Astros Starting Season Well, Criticism on Strategies
The Astros have become one of baseball’s most progressive franchises as they try to rebuild and avoid a fourth consecutive 100-loss season.
But general manager Jeff Luhnow’s radical approach to on-field changes and business decisions has created at least pockets of internal discontent and a potential reputation problem throughout baseball.
“They are definitely the outcast of major league baseball right now, and it’s kind of frustrating for everyone else to have to watch it,” said former Astros pitcher Bud Norris, now with Baltimore. “When you talk to agents, when you talk to other players and you talk amongst the league, yeah, there’s going to be some opinions about it, and they’re not always pretty.”
The criticism, through interviews with more than 20 players, coaches, agents and others, comes in two parts:
On the field, the Astros shift their defenders into unusual positions to counteract hitter tendencies more than any other team, including in the minor leagues.
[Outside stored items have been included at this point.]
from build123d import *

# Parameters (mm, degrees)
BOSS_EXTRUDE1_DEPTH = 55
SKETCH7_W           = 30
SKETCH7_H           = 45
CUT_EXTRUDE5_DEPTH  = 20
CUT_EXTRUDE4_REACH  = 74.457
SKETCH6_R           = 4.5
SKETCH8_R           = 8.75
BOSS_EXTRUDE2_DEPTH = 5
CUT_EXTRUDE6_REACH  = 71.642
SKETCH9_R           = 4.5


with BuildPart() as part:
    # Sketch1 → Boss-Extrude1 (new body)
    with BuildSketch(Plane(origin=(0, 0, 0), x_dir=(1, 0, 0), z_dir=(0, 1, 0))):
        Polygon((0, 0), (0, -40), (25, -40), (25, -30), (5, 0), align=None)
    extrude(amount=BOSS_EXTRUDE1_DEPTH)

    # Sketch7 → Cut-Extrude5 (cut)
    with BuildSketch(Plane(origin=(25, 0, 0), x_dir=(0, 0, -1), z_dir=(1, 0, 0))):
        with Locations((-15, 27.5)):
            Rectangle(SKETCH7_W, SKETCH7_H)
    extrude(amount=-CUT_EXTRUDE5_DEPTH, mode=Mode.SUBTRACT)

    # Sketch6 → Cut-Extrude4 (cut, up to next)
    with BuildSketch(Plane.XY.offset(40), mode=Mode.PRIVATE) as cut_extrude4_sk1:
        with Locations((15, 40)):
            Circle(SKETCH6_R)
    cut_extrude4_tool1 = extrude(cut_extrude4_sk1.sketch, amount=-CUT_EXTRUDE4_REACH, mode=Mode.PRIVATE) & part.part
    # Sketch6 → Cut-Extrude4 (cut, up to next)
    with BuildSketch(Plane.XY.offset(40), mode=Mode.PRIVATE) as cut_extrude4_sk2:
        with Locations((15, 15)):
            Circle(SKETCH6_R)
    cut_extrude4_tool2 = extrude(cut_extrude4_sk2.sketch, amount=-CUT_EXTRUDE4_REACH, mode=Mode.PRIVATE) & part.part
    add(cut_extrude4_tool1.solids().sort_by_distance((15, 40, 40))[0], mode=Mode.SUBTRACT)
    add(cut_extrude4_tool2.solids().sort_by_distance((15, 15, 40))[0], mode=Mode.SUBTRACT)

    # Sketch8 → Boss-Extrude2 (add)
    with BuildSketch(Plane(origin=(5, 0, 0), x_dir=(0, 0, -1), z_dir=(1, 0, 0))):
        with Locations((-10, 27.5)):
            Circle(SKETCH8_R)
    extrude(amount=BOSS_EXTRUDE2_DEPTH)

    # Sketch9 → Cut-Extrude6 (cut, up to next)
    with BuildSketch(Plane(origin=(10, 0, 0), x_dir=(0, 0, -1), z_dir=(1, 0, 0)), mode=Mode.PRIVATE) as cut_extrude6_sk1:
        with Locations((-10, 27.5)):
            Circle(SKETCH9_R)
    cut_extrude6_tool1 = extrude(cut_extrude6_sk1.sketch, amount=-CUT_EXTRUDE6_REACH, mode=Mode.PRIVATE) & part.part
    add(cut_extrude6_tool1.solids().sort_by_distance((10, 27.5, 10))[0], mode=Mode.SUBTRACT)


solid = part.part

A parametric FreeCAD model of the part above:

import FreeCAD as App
import Part
import Sketcher
from FreeCAD import Vector
Q = App.Units.Quantity

doc = App.newDocument("Part")
body = doc.addObject("PartDesign::Body", "Body")

sketch1 = body.newObject("Sketcher::SketchObject", "Sketch")
sketch1.AttachmentSupport = (doc.getObject("XZ_Plane"), [""])
sketch1.MapMode = "FlatFace"
sketch1.addGeometry([
    Part.LineSegment(Vector(0, 0, 0), Vector(0, 40, 0)),
    Part.LineSegment(Vector(0, 40, 0), Vector(25, 40, 0)),
    Part.LineSegment(Vector(25, 40, 0), Vector(25, 30, 0)),
    Part.LineSegment(Vector(25, 30, 0), Vector(5, 0, 0)),
    Part.LineSegment(Vector(5, 0, 0), Vector(0, 0, 0)),
], False)
sketch1.addConstraint([
    Sketcher.Constraint("Coincident", 0, 2, 1, 1),
    Sketcher.Constraint("Coincident", 1, 2, 2, 1),
    Sketcher.Constraint("Coincident", 2, 2, 3, 1),
    Sketcher.Constraint("Coincident", 3, 2, 4, 1),
    Sketcher.Constraint("Coincident", 4, 2, 0, 1),
    Sketcher.Constraint("Vertical", 0),
    Sketcher.Constraint("Horizontal", 1),
    Sketcher.Constraint("Vertical", 2),
    Sketcher.Constraint("Horizontal", 4),
    Sketcher.Constraint("Coincident", 4, 2, -1, 1),
    Sketcher.Constraint("DistanceX", 1, 1, 1, 2, Q("25 mm")),
    Sketcher.Constraint("DistanceX", 4, 2, 4, 1, Q("5 mm")),
    Sketcher.Constraint("DistanceY", 0, 1, 0, 2, Q("40 mm")),
    Sketcher.Constraint("DistanceY", 2, 2, 2, 1, Q("10 mm")),
])
pad1 = body.newObject("PartDesign::Pad", "Pad")
pad1.Profile = sketch1
pad1.Length = 55
pad1.Reversed = True

sketch2 = body.newObject("Sketcher::SketchObject", "Sketch001")
sketch2.AttachmentSupport = (doc.getObject("YZ_Plane"), [""])
sketch2.MapMode = "FlatFace"
sketch2.AttachmentOffset = App.Placement(Vector(0, 0, 25), App.Rotation())
sketch2.addGeometry([
    Part.LineSegment(Vector(50, 30, 0), Vector(5, 30, 0)),
    Part.LineSegment(Vector(5, 30, 0), Vector(5, 0, 0)),
    Part.LineSegment(Vector(5, 0, 0), Vector(50, 0, 0)),
    Part.LineSegment(Vector(50, 0, 0), Vector(50, 30, 0)),
], False)
sketch2.addConstraint([
    Sketcher.Constraint("Coincident", 0, 2, 1, 1),
    Sketcher.Constraint("Coincident", 1, 2, 2, 1),
    Sketcher.Constraint("Coincident", 2, 2, 3, 1),
    Sketcher.Constraint("Coincident", 3, 2, 0, 1),
    Sketcher.Constraint("Horizontal", 0),
    Sketcher.Constraint("Vertical", 1),
    Sketcher.Constraint("Horizontal", 2),
    Sketcher.Constraint("Vertical", 3),
    Sketcher.Constraint("PointOnObject", 1, 2, -1),
    Sketcher.Constraint("DistanceX", 0, 2, 0, 1, Q("45 mm")),
    Sketcher.Constraint("DistanceY", 1, 2, 1, 1, Q("30 mm")),
    Sketcher.Constraint("DistanceX", -1, 1, 0, 2, Q("5 mm")),
])
pocket1 = body.newObject("PartDesign::Pocket", "Pocket")
pocket1.Profile = sketch2
pocket1.Length = 20

sketch3 = body.newObject("Sketcher::SketchObject", "Sketch002")
sketch3.AttachmentSupport = (doc.getObject("XY_Plane"), [""])
sketch3.MapMode = "FlatFace"
sketch3.AttachmentOffset = App.Placement(Vector(0, 0, 40), App.Rotation())
sketch3.addGeometry(Part.Circle(Vector(15, 40, 0), Vector(0, 0, 1), 4.5), False)
sketch3.addConstraint([
    Sketcher.Constraint("Diameter", 0, Q("9 mm")),
    Sketcher.Constraint("DistanceX", -1, 1, 0, 3, Q("15 mm")),
    Sketcher.Constraint("DistanceY", -1, 1, 0, 3, Q("40 mm")),
])
pocket2 = body.newObject("PartDesign::Pocket", "Pocket001")
pocket2.Profile = sketch3
pocket2.Type = "UpToFirst"

sketch4 = body.newObject("Sketcher::SketchObject", "Sketch003")
sketch4.AttachmentSupport = (doc.getObject("XY_Plane"), [""])
sketch4.MapMode = "FlatFace"
sketch4.AttachmentOffset = App.Placement(Vector(0, 0, 40), App.Rotation())
sketch4.addGeometry(Part.Circle(Vector(15, 15, 0), Vector(0, 0, 1), 4.5), False)
sketch4.addConstraint([
    Sketcher.Constraint("Diameter", 0, Q("9 mm")),
    Sketcher.Constraint("DistanceX", -1, 1, 0, 3, Q("15 mm")),
    Sketcher.Constraint("DistanceY", -1, 1, 0, 3, Q("15 mm")),
])
pocket3 = body.newObject("PartDesign::Pocket", "Pocket002")
pocket3.Profile = sketch4
pocket3.Type = "UpToFirst"

sketch5 = body.newObject("Sketcher::SketchObject", "Sketch004")
sketch5.AttachmentSupport = (doc.getObject("YZ_Plane"), [""])
sketch5.MapMode = "FlatFace"
sketch5.AttachmentOffset = App.Placement(Vector(0, 0, 5), App.Rotation())
sketch5.addGeometry(Part.Circle(Vector(28, 10, 0), Vector(0, 0, 1), 9), False)
sketch5.addConstraint([
    Sketcher.Constraint("Diameter", 0, Q("17.5 mm")),
    Sketcher.Constraint("DistanceY", -1, 1, 0, 3, Q("10 mm")),
    Sketcher.Constraint("DistanceX", -1, 1, 0, 3, Q("27.5 mm")),
])
pad2 = body.newObject("PartDesign::Pad", "Pad001")
pad2.Profile = sketch5
pad2.Length = 5

sketch6 = body.newObject("Sketcher::SketchObject", "Sketch005")
sketch6.AttachmentSupport = (doc.getObject("YZ_Plane"), [""])
sketch6.MapMode = "FlatFace"
sketch6.AttachmentOffset = App.Placement(Vector(0, 0, 10), App.Rotation())
sketch6.addGeometry(Part.Circle(Vector(27.5, 10, 0), Vector(0, 0, 1), 4.5), False)
sketch6.addConstraint([
    Sketcher.Constraint("Diameter", 0, Q("9 mm")),
    Sketcher.Constraint("DistanceY", -1, 1, 0, 3, Q("10 mm")),
    Sketcher.Constraint("DistanceX", -1, 1, 0, 3, Q("27.5 mm")),
])
pocket4 = body.newObject("PartDesign::Pocket", "Pocket003")
pocket4.Profile = sketch6
pocket4.Type = "UpToFirst"

doc.recompute()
They schedule minor league starting pitchers on altered and fluctuating rotation schedules, what they call a “modified tandem” system, a development strategy unique in baseball.
Off the field, the Astros are said to handle contract negotiations and the timing of player promotions with a dehumanizing, analytics-based approach detected by some across their operation.
The central question is how much criticism should be inherent to their process and how much should signal trouble in a game where word of mouth spreads quickly?
“Ninety-five percent of what we do is very similar to what all of baseball does,” Luhnow said. “We’re being a little bit different for very good reasons in some areas that we think are important.